*DATA IN THIS EXERCISE*
----
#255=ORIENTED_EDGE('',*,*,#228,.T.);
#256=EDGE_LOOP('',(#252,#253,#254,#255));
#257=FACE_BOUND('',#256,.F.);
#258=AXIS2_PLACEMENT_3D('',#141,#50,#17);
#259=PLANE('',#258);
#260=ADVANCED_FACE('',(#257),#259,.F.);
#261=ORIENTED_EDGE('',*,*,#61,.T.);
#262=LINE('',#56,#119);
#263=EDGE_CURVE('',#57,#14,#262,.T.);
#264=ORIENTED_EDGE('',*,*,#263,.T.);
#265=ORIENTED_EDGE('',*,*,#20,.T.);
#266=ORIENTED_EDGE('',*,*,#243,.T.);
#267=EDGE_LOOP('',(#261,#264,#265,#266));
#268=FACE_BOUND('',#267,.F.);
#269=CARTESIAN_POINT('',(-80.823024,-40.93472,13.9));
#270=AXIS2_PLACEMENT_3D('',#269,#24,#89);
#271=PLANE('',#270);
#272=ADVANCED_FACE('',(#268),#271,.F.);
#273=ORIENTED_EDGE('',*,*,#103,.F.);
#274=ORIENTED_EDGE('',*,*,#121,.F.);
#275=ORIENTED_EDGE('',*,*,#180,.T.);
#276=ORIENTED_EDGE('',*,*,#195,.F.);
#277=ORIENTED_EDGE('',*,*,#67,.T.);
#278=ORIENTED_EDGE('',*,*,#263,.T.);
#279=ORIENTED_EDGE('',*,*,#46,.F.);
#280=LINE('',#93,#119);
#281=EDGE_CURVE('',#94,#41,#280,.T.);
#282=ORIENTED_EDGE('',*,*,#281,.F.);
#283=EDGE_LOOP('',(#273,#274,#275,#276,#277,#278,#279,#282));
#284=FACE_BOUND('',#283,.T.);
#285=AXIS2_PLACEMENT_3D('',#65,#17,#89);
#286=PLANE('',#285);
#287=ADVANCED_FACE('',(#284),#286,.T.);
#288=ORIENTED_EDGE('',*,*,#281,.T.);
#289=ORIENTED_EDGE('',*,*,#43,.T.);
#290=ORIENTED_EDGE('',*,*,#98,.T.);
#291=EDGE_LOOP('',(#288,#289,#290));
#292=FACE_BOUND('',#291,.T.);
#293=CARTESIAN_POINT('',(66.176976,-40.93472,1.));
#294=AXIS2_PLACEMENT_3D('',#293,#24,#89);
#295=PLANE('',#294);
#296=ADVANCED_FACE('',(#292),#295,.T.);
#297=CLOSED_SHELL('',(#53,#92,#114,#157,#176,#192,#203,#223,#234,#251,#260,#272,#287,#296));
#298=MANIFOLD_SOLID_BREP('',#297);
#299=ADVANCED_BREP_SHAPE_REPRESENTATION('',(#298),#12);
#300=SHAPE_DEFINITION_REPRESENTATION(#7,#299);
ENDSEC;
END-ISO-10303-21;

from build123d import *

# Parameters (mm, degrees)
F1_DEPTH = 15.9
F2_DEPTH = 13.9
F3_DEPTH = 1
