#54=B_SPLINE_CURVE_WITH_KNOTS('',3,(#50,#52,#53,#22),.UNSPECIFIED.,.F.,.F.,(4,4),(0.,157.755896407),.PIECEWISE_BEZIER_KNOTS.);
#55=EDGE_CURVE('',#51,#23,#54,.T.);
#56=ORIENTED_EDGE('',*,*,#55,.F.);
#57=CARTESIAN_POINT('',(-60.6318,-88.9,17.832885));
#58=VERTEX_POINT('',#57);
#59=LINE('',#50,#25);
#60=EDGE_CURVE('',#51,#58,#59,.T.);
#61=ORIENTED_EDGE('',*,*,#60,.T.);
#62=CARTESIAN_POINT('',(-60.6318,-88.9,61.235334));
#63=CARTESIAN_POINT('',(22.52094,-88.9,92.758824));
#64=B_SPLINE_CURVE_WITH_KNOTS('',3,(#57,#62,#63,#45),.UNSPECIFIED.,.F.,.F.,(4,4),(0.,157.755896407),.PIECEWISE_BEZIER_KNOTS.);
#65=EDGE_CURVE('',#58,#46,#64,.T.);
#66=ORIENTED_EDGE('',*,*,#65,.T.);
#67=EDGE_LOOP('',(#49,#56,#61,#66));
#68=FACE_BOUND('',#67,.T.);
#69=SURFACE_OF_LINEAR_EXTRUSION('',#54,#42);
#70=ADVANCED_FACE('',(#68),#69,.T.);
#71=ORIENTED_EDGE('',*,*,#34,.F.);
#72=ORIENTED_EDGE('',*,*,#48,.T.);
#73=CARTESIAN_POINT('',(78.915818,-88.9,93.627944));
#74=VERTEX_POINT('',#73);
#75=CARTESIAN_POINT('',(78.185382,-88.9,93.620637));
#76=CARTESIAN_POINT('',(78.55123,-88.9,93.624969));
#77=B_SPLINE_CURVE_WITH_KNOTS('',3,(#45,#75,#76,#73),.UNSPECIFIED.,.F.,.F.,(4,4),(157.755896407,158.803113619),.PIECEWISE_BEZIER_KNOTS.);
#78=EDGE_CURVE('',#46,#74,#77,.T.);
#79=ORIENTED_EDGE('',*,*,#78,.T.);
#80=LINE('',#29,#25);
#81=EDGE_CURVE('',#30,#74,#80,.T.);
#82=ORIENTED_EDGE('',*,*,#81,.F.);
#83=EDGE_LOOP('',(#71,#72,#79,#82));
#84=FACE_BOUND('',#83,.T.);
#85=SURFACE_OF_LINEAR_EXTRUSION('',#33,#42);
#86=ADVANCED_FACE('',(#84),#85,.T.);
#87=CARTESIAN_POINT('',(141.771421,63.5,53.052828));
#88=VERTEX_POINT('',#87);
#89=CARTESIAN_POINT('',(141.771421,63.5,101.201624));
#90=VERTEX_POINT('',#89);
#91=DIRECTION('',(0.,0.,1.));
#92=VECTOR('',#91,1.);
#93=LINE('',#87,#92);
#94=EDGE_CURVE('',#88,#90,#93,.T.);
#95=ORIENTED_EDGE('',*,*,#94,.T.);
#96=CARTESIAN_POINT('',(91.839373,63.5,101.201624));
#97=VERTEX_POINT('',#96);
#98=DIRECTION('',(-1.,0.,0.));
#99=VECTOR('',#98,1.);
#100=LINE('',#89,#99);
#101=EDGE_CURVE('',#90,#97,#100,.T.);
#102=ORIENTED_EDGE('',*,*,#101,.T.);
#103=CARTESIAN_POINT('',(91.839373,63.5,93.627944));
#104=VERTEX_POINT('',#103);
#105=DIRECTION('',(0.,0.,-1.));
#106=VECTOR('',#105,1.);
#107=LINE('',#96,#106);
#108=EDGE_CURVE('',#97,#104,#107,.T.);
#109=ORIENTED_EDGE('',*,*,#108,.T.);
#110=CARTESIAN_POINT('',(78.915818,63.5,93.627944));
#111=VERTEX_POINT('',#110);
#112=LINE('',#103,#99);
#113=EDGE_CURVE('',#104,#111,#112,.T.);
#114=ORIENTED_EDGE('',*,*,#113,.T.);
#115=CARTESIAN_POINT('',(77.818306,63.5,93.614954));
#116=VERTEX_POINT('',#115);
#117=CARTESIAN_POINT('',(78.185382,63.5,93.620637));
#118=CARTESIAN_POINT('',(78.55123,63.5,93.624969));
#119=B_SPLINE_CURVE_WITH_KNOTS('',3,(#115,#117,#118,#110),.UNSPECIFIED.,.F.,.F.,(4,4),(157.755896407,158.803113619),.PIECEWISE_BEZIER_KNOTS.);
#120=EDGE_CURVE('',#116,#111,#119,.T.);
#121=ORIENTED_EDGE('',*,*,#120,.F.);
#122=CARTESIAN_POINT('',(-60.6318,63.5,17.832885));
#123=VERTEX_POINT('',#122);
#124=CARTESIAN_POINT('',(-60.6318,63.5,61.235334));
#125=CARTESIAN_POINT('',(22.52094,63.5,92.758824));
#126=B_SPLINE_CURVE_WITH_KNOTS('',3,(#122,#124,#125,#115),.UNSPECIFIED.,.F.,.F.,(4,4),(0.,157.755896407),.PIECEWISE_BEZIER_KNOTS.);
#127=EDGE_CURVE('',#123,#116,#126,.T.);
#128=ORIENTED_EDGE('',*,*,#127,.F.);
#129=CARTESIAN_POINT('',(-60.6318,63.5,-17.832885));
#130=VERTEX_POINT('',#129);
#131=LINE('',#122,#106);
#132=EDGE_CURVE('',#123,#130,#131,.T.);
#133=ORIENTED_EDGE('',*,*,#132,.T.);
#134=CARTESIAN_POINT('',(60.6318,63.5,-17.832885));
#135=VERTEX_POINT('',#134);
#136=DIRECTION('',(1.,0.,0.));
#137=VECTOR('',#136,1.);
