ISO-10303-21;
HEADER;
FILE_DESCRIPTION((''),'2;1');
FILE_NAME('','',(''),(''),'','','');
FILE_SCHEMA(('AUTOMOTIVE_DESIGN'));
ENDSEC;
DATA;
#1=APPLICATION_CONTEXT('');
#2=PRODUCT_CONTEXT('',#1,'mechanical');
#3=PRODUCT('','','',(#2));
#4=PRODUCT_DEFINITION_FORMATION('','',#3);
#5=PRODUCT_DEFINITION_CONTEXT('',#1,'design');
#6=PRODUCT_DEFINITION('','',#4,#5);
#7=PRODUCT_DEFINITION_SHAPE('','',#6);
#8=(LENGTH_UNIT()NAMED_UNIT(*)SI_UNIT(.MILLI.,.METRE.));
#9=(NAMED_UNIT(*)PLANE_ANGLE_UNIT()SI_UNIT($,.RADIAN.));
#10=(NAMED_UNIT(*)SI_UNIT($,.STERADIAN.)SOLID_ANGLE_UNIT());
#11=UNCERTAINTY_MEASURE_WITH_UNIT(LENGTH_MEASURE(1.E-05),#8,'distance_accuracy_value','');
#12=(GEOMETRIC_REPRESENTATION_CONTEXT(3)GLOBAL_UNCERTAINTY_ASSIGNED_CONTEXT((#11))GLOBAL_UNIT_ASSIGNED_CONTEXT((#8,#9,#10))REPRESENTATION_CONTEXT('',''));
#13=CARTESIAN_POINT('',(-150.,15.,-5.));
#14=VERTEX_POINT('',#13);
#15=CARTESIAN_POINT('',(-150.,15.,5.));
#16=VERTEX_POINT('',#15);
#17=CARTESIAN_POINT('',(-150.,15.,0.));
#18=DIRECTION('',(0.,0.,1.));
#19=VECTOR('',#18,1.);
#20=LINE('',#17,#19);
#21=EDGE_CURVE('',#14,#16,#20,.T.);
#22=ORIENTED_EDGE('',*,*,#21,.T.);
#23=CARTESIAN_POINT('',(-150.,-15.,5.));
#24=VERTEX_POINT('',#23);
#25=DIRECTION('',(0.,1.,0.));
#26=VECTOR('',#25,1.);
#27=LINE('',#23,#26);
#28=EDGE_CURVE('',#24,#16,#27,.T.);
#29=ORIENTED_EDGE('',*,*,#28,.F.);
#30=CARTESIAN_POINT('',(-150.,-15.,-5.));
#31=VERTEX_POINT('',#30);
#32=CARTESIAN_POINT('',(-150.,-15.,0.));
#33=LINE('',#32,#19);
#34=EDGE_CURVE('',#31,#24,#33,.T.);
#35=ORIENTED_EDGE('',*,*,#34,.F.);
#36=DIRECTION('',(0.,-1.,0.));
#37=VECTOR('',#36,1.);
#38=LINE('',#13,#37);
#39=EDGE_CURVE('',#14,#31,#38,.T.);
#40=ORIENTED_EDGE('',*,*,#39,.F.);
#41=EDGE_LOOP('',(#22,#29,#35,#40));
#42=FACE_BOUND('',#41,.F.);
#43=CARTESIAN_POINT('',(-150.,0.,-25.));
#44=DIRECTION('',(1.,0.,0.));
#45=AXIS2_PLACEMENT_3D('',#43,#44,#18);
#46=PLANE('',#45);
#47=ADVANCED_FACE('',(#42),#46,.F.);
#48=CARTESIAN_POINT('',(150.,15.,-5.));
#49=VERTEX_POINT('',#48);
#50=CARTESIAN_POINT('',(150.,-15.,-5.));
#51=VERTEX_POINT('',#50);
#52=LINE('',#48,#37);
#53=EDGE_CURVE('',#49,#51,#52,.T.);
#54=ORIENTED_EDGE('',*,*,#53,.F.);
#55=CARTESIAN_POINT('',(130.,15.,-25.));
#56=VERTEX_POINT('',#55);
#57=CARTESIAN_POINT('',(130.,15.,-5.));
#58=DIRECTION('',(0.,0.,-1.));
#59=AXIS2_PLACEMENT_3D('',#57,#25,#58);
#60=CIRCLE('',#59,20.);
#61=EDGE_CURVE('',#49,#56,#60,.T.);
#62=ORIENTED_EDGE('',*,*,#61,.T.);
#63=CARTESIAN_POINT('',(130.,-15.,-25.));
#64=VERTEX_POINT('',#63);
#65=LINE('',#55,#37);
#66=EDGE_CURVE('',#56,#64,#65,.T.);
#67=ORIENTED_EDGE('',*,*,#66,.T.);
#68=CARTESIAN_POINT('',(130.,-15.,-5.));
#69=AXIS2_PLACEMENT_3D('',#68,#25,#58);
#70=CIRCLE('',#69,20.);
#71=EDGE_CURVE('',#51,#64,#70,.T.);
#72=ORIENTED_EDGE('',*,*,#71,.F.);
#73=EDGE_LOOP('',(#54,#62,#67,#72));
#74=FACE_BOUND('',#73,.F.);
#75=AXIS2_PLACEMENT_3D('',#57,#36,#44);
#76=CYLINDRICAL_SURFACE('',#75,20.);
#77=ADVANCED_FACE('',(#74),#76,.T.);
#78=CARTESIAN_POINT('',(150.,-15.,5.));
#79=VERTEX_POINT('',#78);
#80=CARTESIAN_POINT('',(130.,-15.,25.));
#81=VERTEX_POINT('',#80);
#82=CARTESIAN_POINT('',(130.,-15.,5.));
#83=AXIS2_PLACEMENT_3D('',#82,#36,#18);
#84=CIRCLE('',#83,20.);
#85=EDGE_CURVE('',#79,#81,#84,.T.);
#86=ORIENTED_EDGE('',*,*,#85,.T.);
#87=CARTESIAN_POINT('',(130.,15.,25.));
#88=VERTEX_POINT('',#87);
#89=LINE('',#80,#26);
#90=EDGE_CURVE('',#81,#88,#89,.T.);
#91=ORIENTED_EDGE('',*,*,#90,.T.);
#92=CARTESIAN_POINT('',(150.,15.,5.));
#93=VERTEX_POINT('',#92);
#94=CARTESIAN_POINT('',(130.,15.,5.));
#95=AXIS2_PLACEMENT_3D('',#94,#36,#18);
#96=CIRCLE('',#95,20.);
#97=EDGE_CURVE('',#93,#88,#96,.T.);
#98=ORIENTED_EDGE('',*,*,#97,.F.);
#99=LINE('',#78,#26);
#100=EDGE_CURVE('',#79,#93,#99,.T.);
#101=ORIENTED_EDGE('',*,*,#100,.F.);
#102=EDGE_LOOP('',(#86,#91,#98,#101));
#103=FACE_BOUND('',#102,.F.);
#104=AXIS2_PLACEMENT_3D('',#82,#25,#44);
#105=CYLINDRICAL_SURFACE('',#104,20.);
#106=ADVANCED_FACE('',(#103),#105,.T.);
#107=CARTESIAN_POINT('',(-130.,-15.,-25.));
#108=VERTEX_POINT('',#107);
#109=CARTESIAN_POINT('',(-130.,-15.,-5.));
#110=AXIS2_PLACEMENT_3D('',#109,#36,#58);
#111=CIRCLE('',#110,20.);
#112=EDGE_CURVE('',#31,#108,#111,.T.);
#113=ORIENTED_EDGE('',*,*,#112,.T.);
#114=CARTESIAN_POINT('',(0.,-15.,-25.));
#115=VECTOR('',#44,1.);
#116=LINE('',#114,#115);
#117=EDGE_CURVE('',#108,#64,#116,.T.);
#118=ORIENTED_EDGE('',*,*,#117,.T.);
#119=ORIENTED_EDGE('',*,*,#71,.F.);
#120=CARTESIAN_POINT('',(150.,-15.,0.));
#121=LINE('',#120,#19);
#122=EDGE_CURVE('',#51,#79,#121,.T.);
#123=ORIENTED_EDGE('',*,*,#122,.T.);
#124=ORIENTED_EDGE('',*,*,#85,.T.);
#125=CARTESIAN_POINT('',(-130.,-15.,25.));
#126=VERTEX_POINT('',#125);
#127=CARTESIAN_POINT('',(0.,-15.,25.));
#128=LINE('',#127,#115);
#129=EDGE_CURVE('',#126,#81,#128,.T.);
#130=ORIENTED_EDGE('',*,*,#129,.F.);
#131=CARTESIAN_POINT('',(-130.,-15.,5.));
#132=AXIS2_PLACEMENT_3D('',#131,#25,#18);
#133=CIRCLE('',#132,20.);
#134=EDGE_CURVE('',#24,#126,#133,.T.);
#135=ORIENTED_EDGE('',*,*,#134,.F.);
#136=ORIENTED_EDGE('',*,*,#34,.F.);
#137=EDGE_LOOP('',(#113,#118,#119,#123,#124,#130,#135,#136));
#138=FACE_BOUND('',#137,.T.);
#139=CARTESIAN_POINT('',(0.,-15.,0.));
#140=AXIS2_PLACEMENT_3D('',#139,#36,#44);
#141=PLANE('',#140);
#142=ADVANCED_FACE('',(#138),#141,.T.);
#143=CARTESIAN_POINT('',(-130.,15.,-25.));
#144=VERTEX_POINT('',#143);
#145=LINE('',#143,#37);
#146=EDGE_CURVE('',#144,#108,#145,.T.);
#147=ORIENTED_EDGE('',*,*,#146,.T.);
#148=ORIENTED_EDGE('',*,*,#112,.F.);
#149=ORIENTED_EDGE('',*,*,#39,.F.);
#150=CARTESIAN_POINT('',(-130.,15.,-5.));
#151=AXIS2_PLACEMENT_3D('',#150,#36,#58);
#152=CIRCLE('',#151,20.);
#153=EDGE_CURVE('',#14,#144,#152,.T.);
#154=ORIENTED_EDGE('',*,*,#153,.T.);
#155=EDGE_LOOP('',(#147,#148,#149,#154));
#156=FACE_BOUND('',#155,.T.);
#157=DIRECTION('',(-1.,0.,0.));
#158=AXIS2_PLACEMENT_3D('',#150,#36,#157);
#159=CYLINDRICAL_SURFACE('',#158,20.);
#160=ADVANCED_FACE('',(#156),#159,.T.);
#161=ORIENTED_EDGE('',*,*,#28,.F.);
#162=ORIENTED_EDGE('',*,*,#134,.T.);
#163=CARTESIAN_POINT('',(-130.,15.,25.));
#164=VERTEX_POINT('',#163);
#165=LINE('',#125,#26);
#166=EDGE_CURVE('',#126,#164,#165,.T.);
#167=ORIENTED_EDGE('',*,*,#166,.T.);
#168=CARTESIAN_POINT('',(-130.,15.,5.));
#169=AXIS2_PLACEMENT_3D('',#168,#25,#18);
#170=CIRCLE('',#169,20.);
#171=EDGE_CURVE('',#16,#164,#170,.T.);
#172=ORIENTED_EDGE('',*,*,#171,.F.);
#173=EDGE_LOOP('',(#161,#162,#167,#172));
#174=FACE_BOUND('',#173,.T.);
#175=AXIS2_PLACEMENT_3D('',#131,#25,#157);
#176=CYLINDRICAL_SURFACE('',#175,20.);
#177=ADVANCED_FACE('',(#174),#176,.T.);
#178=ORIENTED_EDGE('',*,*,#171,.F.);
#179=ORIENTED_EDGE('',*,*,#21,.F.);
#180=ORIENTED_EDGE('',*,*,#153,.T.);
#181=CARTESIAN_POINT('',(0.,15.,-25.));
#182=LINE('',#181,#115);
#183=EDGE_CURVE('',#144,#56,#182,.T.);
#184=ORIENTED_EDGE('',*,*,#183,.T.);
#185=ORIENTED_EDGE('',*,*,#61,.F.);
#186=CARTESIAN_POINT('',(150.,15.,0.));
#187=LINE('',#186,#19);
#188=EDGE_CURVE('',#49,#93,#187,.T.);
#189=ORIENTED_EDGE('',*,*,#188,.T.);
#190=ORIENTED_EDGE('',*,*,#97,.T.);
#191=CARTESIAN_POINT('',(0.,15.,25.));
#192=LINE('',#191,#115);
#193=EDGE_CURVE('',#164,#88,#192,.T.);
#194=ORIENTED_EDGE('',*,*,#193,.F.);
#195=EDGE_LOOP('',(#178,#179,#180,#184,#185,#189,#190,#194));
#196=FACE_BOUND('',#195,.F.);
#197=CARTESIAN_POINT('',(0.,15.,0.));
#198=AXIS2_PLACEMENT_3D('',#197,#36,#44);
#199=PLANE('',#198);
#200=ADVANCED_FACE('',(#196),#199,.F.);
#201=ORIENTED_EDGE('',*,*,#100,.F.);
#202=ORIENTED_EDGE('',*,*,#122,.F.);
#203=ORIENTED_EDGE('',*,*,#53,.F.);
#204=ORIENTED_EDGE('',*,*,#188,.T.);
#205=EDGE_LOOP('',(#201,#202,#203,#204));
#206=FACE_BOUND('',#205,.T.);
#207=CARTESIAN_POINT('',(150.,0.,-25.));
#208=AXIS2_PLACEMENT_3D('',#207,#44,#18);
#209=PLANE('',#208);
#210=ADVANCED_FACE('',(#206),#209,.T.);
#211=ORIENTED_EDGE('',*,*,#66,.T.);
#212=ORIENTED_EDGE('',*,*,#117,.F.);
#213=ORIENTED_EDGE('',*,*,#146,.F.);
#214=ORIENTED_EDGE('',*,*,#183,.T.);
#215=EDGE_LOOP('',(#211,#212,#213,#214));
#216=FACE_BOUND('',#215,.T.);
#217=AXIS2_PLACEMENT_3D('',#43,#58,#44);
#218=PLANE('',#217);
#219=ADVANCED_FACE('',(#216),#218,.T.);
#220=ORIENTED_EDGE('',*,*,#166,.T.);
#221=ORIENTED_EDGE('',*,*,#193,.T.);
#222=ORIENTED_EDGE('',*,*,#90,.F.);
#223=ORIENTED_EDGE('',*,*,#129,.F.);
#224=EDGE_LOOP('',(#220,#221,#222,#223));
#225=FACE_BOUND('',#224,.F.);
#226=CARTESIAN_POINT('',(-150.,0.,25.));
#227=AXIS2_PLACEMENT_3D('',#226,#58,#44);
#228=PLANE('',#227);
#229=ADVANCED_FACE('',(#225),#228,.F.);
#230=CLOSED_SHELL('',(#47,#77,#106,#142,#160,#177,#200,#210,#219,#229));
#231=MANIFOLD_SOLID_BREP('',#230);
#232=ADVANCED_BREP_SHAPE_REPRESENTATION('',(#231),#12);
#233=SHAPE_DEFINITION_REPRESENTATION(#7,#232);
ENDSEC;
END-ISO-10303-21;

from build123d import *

# Parameters (mm, degrees)
F0_W          = 300
F0_H          = 50
F1_DEPTH      = 15
F1_DEPTH_BACK = 15
F2_R          = 20


with BuildPart() as f1:
    # F0 (on Front) → F1 (new body, two sides)
    with BuildSketch(Plane.XZ) as f1_sk:
        Rectangle(F0_W, F0_H)
    extrude(amount=F1_DEPTH)
    extrude(f1_sk.sketch, amount=-F1_DEPTH_BACK)

    # F2
    f2_edges = [f1.edges().sort_by_distance(p)[0] for p in [
        (150, 0, 25),
        (150, 0, -25),
        (-150, 0, 25),
        (-150, 0, -25),
    ]]
    fillet(f2_edges, radius=F2_R)


solid = f1.part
----
*EXERCISE OBJECTIVE*
Where does the word "UNSPECIFIED" appear in the listing? List each line that holds it.

*TASK RESPONSE*
#54=B_SPLINE_CURVE_WITH_KNOTS('',3,(#50,#52,#53,#22),.UNSPECIFIED.,.F.,.F.,(4,4),(0.,157.755896407),.PIECEWISE_BEZIER_KNOTS.);
#64=B_SPLINE_CURVE_WITH_KNOTS('',3,(#57,#62,#63,#45),.UNSPECIFIED.,.F.,.F.,(4,4),(0.,157.755896407),.PIECEWISE_BEZIER_KNOTS.);
#77=B_SPLINE_CURVE_WITH_KNOTS('',3,(#45,#75,#76,#73),.UNSPECIFIED.,.F.,.F.,(4,4),(157.755896407,158.803113619),.PIECEWISE_BEZIER_KNOTS.);
#119=B_SPLINE_CURVE_WITH_KNOTS('',3,(#115,#117,#118,#110),.UNSPECIFIED.,.F.,.F.,(4,4),(157.755896407,158.803113619),.PIECEWISE_BEZIER_KNOTS.);
#126=B_SPLINE_CURVE_WITH_KNOTS('',3,(#122,#124,#125,#115),.UNSPECIFIED.,.F.,.F.,(4,4),(0.,157.755896407),.PIECEWISE_BEZIER_KNOTS.);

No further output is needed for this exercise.